The epistle has been cited as the first work to establish Roman primacy, but some scholars see the epistle as more fraternal than authoritative,and Orthodox scholar John Meyendorff sees it as connected with the Roman church's awareness of its "priority" (rather than "primacy") among local churches.
The Second Epistle of Clement is a homily, or sermon, likely written in Corinth or Rome, but not by Clement.Early Christian congregations often shared homilies to be read. The homily describes Christian character and repentance. It is possible that the Church from which Clement sent his epistle had included a festal homily to share in one economical post, thus the homily became known as the Second Epistle of Clement.
While 2 Clement has been traditionally ascribed to Clement, most scholars believe that 2 Clement was written in the 2nd century based on the doctrinal themes of the text and a near match between words in 2 Clement and in the Greek Gospel of the Egyptians.
Two "Epistles on Virginity" were traditionally attributed to Clement, but now there exists almost universal consensus that Clement was not the author of those two epistles.
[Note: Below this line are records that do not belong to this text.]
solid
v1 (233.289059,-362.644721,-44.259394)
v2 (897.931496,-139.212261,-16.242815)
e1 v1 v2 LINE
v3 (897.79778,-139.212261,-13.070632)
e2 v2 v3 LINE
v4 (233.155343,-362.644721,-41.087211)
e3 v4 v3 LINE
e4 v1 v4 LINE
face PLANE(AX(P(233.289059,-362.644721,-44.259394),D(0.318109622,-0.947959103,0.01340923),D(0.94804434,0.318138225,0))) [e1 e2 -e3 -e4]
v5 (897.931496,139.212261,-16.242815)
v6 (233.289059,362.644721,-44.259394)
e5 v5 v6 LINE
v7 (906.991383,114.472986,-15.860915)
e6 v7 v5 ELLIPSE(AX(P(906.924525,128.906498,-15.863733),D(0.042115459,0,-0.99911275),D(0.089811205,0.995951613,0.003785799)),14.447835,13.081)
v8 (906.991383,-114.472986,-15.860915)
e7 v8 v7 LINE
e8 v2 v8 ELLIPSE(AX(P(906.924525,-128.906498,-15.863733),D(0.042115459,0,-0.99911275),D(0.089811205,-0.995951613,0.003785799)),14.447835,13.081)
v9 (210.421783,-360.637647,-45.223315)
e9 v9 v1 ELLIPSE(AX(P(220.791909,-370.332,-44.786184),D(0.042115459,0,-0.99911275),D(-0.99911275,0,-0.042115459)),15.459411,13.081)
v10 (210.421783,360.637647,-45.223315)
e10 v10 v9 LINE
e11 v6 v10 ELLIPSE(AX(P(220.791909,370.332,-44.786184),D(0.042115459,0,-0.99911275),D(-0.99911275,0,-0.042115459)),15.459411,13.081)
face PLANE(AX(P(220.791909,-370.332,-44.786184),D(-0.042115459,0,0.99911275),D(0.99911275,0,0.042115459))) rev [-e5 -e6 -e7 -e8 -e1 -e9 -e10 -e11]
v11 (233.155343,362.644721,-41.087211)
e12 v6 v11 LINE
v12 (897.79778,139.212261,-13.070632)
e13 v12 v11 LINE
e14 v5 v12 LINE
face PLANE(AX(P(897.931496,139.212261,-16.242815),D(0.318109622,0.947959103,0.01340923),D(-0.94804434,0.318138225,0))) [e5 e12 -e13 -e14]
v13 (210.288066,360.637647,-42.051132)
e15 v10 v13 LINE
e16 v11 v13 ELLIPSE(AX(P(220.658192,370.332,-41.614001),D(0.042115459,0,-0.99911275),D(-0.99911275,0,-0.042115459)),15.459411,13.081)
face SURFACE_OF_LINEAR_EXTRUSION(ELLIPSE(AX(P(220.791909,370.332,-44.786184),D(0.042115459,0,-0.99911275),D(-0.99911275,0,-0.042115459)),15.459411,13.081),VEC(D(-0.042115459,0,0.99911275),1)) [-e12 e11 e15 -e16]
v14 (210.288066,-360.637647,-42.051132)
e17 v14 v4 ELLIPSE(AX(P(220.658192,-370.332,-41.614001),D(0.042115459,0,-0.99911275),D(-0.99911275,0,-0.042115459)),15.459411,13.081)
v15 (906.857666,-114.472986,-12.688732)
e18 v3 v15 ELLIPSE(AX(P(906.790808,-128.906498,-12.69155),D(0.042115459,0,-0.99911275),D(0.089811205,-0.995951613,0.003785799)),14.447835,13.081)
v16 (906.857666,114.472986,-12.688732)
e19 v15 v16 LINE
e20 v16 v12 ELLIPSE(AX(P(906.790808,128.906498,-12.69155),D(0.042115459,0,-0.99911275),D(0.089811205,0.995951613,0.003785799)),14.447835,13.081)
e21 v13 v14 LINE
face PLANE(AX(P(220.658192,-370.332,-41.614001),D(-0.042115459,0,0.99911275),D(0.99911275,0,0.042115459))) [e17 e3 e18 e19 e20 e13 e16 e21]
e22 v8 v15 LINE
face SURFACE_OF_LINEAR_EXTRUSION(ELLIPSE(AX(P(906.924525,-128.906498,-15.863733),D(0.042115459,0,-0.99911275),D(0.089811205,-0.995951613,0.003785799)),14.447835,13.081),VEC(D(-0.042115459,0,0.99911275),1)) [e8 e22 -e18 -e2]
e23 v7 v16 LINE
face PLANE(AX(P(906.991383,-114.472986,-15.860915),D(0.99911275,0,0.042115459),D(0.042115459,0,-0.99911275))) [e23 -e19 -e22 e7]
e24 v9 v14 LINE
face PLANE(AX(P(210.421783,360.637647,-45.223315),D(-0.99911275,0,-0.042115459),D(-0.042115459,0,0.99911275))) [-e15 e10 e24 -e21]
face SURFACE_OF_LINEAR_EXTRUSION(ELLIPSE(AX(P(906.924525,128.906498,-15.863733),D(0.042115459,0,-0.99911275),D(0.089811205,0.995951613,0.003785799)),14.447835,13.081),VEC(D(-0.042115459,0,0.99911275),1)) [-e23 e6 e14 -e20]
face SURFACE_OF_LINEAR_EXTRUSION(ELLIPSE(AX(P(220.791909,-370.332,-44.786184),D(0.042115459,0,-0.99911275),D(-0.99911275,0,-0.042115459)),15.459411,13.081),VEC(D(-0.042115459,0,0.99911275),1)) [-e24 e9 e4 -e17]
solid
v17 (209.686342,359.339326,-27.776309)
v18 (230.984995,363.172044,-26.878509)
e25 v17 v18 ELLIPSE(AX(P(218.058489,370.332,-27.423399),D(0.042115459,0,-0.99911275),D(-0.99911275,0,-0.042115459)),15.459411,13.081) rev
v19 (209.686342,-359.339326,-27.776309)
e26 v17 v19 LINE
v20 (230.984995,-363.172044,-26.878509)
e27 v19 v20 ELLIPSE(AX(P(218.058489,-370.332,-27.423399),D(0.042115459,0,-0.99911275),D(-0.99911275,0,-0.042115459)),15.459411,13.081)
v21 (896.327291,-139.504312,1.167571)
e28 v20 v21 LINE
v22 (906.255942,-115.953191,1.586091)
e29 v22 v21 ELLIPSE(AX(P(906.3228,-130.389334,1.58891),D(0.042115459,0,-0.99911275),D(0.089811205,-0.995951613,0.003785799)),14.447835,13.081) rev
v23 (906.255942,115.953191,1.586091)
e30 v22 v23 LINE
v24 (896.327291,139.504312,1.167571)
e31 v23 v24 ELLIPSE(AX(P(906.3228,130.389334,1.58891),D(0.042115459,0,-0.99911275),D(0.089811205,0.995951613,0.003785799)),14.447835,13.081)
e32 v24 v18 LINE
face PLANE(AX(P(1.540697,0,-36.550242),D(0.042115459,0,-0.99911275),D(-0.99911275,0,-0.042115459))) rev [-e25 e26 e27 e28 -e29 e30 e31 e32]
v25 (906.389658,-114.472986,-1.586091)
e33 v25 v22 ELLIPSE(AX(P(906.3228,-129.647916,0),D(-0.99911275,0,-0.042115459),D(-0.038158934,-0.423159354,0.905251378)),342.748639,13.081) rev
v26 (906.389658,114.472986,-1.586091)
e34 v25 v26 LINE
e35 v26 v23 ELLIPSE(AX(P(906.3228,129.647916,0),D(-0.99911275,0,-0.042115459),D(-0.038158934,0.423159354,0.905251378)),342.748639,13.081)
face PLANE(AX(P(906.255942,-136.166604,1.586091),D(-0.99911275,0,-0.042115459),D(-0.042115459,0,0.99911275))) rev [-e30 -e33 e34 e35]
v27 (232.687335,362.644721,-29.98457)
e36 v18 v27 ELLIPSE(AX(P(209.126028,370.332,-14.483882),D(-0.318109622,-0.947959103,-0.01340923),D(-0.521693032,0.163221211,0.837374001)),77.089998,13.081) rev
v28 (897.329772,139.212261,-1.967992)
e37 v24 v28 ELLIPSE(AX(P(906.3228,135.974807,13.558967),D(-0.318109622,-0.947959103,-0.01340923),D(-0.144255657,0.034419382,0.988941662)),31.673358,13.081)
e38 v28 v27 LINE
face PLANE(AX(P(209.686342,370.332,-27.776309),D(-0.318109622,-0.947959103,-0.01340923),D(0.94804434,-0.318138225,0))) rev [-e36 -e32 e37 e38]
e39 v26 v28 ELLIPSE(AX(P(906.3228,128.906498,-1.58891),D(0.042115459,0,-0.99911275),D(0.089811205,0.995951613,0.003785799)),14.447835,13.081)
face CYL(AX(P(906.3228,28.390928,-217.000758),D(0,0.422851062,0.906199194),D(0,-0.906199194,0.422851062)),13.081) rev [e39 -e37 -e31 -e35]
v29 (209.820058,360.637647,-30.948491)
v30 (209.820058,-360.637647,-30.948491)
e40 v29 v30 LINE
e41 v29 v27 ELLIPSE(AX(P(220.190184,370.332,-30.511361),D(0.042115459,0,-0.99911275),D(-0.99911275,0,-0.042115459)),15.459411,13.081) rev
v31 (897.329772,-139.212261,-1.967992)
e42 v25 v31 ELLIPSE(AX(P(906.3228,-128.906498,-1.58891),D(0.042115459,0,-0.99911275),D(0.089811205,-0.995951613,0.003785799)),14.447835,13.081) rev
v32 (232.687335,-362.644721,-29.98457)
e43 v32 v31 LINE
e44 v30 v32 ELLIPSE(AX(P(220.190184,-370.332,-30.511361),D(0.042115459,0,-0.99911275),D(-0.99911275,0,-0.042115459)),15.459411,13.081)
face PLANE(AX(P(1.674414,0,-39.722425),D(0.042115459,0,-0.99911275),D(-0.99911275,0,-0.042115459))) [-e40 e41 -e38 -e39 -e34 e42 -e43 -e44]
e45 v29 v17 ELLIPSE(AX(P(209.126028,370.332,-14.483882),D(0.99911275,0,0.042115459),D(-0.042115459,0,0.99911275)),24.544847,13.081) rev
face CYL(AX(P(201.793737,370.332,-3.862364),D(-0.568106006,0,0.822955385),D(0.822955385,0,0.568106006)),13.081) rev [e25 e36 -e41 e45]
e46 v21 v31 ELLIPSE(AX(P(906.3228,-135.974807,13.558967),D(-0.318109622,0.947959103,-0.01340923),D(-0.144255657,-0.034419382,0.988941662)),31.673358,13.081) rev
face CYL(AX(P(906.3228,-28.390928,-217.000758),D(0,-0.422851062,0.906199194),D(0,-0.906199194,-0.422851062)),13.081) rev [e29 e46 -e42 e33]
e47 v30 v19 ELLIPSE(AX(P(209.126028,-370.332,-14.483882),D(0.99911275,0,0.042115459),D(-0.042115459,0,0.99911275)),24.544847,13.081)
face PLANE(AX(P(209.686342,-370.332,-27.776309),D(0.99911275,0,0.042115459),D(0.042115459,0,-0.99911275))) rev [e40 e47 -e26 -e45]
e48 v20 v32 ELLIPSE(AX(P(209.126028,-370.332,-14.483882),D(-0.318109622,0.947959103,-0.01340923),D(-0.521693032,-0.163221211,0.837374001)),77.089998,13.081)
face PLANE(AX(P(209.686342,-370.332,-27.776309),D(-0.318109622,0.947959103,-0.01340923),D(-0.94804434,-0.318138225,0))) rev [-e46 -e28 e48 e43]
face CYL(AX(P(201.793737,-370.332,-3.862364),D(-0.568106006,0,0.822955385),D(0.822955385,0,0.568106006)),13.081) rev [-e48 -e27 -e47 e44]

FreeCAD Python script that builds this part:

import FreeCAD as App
import Part
import Sketcher
from FreeCAD import Vector
Q = App.Units.Quantity

doc = App.newDocument("Part")
body = doc.addObject("PartDesign::Body", "Body")

sketch1 = body.newObject("Sketcher::SketchObject", "Sketch")
sketch1.Placement = App.Placement(Vector(1.607556, 0, -38.136334), App.Rotation(Vector(0.99911275, 0, 0.042115459), Vector(0, 0.999999999, 0), Vector(-0.042115459, 0, 0.99911275), "ZXY"))
sketch1.addGeometry(Part.LineSegment(Vector(906, 136, 0), Vector(208, 370, 0)), False)
sketch1.addGeometry(Part.LineSegment(Vector(208, 370, 0), Vector(208, -370, 0)), False)
sketch1.addGeometry(Part.LineSegment(Vector(208, -370, 0), Vector(906, -136, 0)), False)
sketch1.addGeometry(Part.LineSegment(Vector(906, -136, 0), Vector(906, 136, 0)), False)
sketch1.addConstraint(Sketcher.Constraint("Coincident", 0, 2, 1, 1))
sketch1.addConstraint(Sketcher.Constraint("Coincident", 1, 2, 2, 1))
sketch1.addConstraint(Sketcher.Constraint("Coincident", 2, 2, 3, 1))
sketch1.addConstraint(Sketcher.Constraint("Coincident", 3, 2, 0, 1))
sketch1.addConstraint(Sketcher.Constraint("Vertical", 1))
sketch1.addConstraint(Sketcher.Constraint("Vertical", 3))
sketch1.addConstraint(Sketcher.Constraint("Equal", 0, 2))
sketch1.addConstraint(Sketcher.Constraint("DistanceY", 1, 2, 1, 1, Q("29.1599999 in")))
sketch1.addConstraint(Sketcher.Constraint("DistanceY", -1, 1, 0, 2, Q("14.58 in")))
sketch1.addConstraint(Sketcher.Constraint("DistanceY", 3, 1, 3, 2, 272.333207))
sketch1.addConstraint(Sketcher.Constraint("DistanceX", 1, 2, 2, 2, 697.188179))
sketch1.addConstraint(Sketcher.Constraint("DistanceX", -1, 1, 0, 2, 208.330485))
pad1 = body.newObject("PartDesign::Pad", "Pad")
pad1.Profile = sketch1
pad1.Length = Q("0.125 in")
pad1.Midplane = True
A 9th-century collection of church legislation known as the False Decretals, which was once attributed to Isidore of Seville, is largely composed of forgeries. All of what it presents as letters of pre-Nicene popes, beginning with Clement, are forgeries, as are some of the documents that it attributes to councils;and more than forty falsifications are found in the decretals that it gives as those of post-Nicene popes from Sylvester I (314–335) to Gregory II (715–731). The False Decretals were part of a series of falsifications of past legislation by a party in the Carolingian Empire whose principal aim was to free the church and the bishops from interference by the state and the metropolitan archbishops respectively.
Clement is included among other early Christian popes as authors of the Pseudo-Isidoran (or False) Decretals, a 9th-century forgery. These decrees and letters portray even the early popes as claiming absolute and universal authority.Clement is the earliest pope to whom a Pseudo-Isidoran text is attributed.
St. Clement is also the hero of an early Christian romance or novel that has survived in at least two different versions, known as the Clementine literature, where he is identified with Emperor Domitian's cousin Titus Flavius Clemens. Clementine literature portrays Clement as the Apostles' means of disseminating their teachings to the Church.
St. Clement's name is in the Roman Canon of the Mass. He is commemorated on 23 November as a pope and martyr in the Catholic Church as well as within the Anglican Communion and the Lutheran Church. The Syriac Orthodox Church, the Malankara Orthodox Syrian Church, the Macedonian Orthodox Church and the Greek Orthodox Church, as well as the Syriac Catholic Church, the Syro-Malankara Catholic Church and all Byzantine Rite Eastern Catholic Churches commemorate Saint Clement of Rome (called in Syriac "Mor Clemis") on 24 November; the Russian Orthodox Church commemorates St Clement on 25 November. Clement is remembered in the Church of England with a Lesser Festival on 23 November.
The St Clement's Church in Moscow is renowned for its glittering Baroque interior and iconostasis, as well as a set of gilded 18th-century railings. The parish was disbanded in 1934 and the original free-standing gate was demolished. The Lenin State Library stored its books in the building throughout the Soviet period. It was not until 2008 that the building reverted to the Russian Orthodox Church.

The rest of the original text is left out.